<sup>188</sup> Re Zoledronic Acid in the Palliative Treatment of Painful Bone Metastases

Authors

  • Tatiana Kochetova ational Medical Radiological Research Center” of the Ministry of Health of the Russian Federation, Korolev str. 4, Obninsk, Kaluga region, Russia
  • Valeriy Krylov ational Medical Radiological Research Center” of the Ministry of Health of the Russian Federation, Korolev str. 4, Obninsk, Kaluga region, Russia
  • Maxim Smolyarchuk ational Medical Radiological Research Center” of the Ministry of Health of the Russian Federation, Korolev str. 4, Obninsk, Kaluga region, Russia
  • Dmitriy Sokov Clinical Oncology Dispensary No1, Baumanskaya str. 17/1, Moscow, Russia
  • Alexander Lunev Federal Medical Biophysical Center of FMBA, Russia, Zhivopisnaya str. 46, Moscow, Russia
  • Sergey Shiryaev N.N. Blokhin Russian Cancer Research Center” of the Ministry of Health of the Russian Federation, Kashirskoe shosse, 24, Moscow, Russia
  • Olga Kruglova National Medical Radiological Research Center” of the Ministry of Health of the Russian Federation, Korolev str. 4, Obninsk, Kaluga region, Russia
  • Tatiana Makeenkova Obninsk Institute for Nuclear Power Engineering, Studgorodok 1, Obninsk, Kaluga region, Russia
  • Karina Petrosyan National Medical Radiological Research Center” of the Ministry of Health of the Russian Federation, Korolev str. 4, Obninsk, Kaluga region, Russia
  • Alexandra Dolgova Obninsk Institute for Nuclear Power Engineering, Studgorodok 1, Obninsk, Kaluga region, Russia
  • Marina Poluektova National Medical Radiological Research Center” of the Ministry of Health of the Russian Federation, Korolev str. 4, Obninsk, Kaluga region, Russia
  • Vsevolod Galkin National Medical Radiological Research Center” of the Ministry of Health of the Russian Federation, Korolev str. 4, Obninsk, Kaluga region, Russia
  • Andrey Kaprin National Medical Radiological Research Center” of the Ministry of Health of the Russian Federation, Korolev str. 4, Obninsk, Kaluga region, Russia

Keywords:

Bone metastases, 188Re-Zoledronic acid, Radiopharmacy, 153Sm-EDTMP, 89SrCl2

Abstract

188Re Zoledronic acid (188Re-ZA) is new radiopharmaceutical which may have advantages over other bone seeking β-emitters due to high radiation energy of 188Re, and metabolic effect of zoledronic acid.

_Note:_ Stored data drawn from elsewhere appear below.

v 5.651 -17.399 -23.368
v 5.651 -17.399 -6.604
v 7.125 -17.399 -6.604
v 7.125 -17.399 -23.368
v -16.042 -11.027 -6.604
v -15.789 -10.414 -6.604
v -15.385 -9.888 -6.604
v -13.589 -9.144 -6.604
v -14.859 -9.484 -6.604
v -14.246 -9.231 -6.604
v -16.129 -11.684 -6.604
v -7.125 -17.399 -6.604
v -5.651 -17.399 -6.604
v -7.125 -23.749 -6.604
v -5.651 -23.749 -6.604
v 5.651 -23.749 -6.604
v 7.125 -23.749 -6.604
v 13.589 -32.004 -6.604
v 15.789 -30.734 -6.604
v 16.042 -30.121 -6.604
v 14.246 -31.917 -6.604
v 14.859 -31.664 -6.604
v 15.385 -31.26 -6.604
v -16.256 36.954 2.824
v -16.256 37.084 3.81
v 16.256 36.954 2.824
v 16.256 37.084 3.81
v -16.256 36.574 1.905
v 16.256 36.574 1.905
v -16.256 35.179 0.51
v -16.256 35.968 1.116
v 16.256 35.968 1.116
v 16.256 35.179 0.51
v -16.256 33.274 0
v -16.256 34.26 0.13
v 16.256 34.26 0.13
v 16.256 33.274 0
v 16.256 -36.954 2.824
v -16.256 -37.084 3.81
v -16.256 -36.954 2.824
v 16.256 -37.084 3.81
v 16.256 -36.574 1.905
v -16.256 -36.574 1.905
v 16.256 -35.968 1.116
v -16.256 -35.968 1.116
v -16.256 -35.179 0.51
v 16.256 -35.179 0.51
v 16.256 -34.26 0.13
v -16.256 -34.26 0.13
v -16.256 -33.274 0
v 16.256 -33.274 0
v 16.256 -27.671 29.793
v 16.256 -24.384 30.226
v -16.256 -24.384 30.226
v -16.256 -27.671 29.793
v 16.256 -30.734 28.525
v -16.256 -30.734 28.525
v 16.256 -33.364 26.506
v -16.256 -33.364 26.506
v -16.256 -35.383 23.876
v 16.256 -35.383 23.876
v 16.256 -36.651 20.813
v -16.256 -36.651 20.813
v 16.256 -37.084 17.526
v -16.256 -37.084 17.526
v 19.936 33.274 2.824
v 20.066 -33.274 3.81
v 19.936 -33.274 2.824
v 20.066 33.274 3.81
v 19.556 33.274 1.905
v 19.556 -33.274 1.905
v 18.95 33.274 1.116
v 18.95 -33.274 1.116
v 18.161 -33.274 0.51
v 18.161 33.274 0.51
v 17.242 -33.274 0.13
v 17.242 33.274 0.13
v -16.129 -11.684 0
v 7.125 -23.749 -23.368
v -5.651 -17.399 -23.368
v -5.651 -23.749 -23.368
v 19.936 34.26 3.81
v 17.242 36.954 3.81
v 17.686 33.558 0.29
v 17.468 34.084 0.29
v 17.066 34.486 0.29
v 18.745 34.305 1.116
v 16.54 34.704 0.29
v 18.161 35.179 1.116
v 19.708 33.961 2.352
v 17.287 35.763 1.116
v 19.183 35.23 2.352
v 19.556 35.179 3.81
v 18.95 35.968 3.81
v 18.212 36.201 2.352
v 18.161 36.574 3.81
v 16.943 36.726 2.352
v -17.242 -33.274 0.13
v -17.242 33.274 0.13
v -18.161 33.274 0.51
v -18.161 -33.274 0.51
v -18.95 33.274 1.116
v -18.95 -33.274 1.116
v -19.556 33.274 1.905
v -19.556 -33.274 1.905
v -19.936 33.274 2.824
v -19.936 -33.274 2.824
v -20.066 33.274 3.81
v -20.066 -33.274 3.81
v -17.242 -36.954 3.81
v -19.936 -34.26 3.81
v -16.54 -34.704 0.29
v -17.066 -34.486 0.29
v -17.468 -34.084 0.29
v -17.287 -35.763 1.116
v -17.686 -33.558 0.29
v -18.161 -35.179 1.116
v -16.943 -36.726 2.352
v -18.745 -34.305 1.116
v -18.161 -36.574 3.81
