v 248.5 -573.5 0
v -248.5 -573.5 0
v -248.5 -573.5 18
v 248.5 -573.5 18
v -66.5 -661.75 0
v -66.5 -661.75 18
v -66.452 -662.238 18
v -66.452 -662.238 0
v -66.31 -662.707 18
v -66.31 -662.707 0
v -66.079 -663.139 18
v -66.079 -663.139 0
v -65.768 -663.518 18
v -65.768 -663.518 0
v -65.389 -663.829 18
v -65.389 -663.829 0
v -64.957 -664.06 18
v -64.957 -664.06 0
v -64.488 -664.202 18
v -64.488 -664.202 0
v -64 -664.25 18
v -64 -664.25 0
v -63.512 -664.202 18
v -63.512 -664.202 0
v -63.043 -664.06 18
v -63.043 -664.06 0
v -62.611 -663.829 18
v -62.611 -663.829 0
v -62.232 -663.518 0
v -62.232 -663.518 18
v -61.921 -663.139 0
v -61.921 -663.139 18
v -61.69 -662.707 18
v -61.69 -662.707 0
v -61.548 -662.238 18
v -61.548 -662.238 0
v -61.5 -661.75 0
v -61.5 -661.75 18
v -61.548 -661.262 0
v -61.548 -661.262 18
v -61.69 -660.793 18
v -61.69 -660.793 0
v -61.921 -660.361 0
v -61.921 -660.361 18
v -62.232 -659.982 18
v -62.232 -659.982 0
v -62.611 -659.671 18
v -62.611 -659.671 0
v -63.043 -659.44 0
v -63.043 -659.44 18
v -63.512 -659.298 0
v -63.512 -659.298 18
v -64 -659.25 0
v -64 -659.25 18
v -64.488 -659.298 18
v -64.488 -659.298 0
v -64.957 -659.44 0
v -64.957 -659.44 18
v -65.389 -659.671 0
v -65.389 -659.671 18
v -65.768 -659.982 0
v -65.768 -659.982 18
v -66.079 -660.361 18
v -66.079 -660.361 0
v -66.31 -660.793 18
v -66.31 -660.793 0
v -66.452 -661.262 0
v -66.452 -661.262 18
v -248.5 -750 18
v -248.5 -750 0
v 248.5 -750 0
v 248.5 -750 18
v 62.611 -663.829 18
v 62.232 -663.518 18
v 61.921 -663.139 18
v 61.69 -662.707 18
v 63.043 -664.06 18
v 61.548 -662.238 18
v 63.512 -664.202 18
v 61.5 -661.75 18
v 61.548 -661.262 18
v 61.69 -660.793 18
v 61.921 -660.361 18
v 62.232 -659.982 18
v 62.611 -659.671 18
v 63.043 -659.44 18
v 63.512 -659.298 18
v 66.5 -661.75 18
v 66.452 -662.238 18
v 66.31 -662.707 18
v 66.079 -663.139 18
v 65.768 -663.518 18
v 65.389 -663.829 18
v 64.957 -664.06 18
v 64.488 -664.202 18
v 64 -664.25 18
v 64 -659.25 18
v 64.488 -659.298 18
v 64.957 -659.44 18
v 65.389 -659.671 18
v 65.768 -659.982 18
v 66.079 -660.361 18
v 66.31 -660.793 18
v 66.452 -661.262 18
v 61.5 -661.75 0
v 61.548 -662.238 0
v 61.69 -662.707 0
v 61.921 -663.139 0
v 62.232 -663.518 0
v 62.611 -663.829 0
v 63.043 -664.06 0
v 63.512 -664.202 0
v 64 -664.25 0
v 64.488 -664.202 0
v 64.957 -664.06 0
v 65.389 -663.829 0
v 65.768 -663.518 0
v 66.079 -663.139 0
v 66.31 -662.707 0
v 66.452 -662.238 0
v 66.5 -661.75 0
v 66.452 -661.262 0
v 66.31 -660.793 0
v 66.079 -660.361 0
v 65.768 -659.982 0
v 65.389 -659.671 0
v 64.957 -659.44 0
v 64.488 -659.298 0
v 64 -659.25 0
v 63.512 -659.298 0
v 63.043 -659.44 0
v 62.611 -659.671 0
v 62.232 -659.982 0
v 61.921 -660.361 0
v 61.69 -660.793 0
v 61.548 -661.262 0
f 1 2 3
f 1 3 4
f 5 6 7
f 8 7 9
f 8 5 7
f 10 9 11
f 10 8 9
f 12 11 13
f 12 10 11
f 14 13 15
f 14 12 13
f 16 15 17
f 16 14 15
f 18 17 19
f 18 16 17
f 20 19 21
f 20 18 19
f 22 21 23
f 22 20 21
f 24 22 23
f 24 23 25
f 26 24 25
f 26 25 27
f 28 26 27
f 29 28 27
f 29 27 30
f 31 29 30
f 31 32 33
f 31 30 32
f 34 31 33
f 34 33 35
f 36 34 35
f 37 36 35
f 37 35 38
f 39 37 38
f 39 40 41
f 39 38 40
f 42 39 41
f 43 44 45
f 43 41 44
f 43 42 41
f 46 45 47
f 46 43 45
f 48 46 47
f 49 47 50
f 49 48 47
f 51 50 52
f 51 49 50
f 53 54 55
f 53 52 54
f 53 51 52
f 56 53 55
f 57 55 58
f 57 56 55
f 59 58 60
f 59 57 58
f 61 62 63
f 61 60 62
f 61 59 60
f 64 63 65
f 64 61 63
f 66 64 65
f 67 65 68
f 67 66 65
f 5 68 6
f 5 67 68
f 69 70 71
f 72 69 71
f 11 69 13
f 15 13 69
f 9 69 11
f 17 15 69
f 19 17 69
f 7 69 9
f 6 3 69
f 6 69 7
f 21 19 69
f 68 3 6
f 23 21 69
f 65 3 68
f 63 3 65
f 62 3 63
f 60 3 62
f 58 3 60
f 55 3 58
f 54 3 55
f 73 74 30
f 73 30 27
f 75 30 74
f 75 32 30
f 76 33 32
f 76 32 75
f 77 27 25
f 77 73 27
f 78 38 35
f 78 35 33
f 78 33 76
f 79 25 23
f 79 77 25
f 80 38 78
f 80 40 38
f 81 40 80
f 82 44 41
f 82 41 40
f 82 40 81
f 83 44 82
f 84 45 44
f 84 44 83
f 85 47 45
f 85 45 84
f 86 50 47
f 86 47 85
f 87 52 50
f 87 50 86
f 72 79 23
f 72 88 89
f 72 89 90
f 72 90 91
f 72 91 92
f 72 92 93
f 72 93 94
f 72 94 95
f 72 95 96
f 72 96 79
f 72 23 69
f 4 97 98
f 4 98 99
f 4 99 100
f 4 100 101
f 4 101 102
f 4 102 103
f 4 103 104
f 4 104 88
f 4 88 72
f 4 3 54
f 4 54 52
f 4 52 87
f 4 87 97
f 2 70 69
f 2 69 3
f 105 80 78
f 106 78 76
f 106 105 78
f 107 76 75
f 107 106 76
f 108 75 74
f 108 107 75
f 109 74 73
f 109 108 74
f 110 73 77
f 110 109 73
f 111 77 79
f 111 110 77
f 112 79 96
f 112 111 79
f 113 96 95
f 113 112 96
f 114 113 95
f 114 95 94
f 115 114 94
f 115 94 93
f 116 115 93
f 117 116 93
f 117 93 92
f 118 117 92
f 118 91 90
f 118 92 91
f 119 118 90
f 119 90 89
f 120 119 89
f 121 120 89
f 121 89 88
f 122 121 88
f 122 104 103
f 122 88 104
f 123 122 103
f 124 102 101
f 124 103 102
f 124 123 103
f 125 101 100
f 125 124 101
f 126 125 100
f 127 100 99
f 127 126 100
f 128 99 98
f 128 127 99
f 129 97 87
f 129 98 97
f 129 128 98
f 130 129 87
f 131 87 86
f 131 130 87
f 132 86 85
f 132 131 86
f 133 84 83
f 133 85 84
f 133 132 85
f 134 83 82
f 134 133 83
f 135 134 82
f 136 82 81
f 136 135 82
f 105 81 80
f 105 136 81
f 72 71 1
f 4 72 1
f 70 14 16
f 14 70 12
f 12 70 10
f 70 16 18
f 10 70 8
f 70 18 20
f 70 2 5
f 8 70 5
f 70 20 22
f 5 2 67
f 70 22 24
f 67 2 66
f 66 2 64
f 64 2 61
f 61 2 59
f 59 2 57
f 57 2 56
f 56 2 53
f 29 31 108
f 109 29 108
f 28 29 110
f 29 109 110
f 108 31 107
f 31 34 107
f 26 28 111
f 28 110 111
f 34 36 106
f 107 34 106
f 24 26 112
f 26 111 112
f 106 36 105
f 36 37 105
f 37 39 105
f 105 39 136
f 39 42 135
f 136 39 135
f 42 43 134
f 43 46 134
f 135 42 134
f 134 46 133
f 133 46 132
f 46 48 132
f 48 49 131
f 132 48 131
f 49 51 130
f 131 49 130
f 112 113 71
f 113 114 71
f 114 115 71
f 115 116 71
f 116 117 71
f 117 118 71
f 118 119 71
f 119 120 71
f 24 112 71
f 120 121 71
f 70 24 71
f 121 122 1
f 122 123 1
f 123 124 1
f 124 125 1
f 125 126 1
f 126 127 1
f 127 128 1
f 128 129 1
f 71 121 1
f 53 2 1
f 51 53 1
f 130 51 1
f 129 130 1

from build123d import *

# Parameters (mm, degrees)
SKETCH1_W           = 497
SKETCH1_H           = 176.5
BOSS_EXTRUDE1_DEPTH = 18
SKETCH3_R           = 2.5
CUT_EXTRUDE2_DEPTH  = 61


with BuildPart() as part:
    # Sketch1 → Boss-Extrude1 (new body)
    with BuildSketch(Plane.XY):
        with Locations((0, -661.75)):
            Rectangle(SKETCH1_W, SKETCH1_H)
    extrude(amount=BOSS_EXTRUDE1_DEPTH)

    # Sketch3 → Cut-Extrude2 (cut)
    with BuildSketch(Plane.XY):
        with Locations(Location((64, -661.75, 0), (0, 0, 180))):
            Circle(SKETCH3_R)
        with Locations(Location((-64, -661.75, 0), (0, 0, 180))):
            Circle(SKETCH3_R)
    extrude(amount=CUT_EXTRUDE2_DEPTH, mode=Mode.SUBTRACT)


solid = part.part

In the phase I-II of the study therapeutic dosage of 188Re-ZA was estimated. Pharmacokinetics, dosimetry and safety were assessed in the dose escalation study. Twenty-one (3, 3 and 15) breast and prostate cancer patients with multiple painful bone metastases received 35, 45 and 55 MBq of 188Re-ZA respectively. In the next step 42 new patients were randomized in 2 groups (188Re-ZA in dosage of 45 MBq/kg and 89SrCl2 in dosage of 150 MBq) to assess safety and efficacy of the radiopharmaceuticals, the follow up lasted for 9 weeks.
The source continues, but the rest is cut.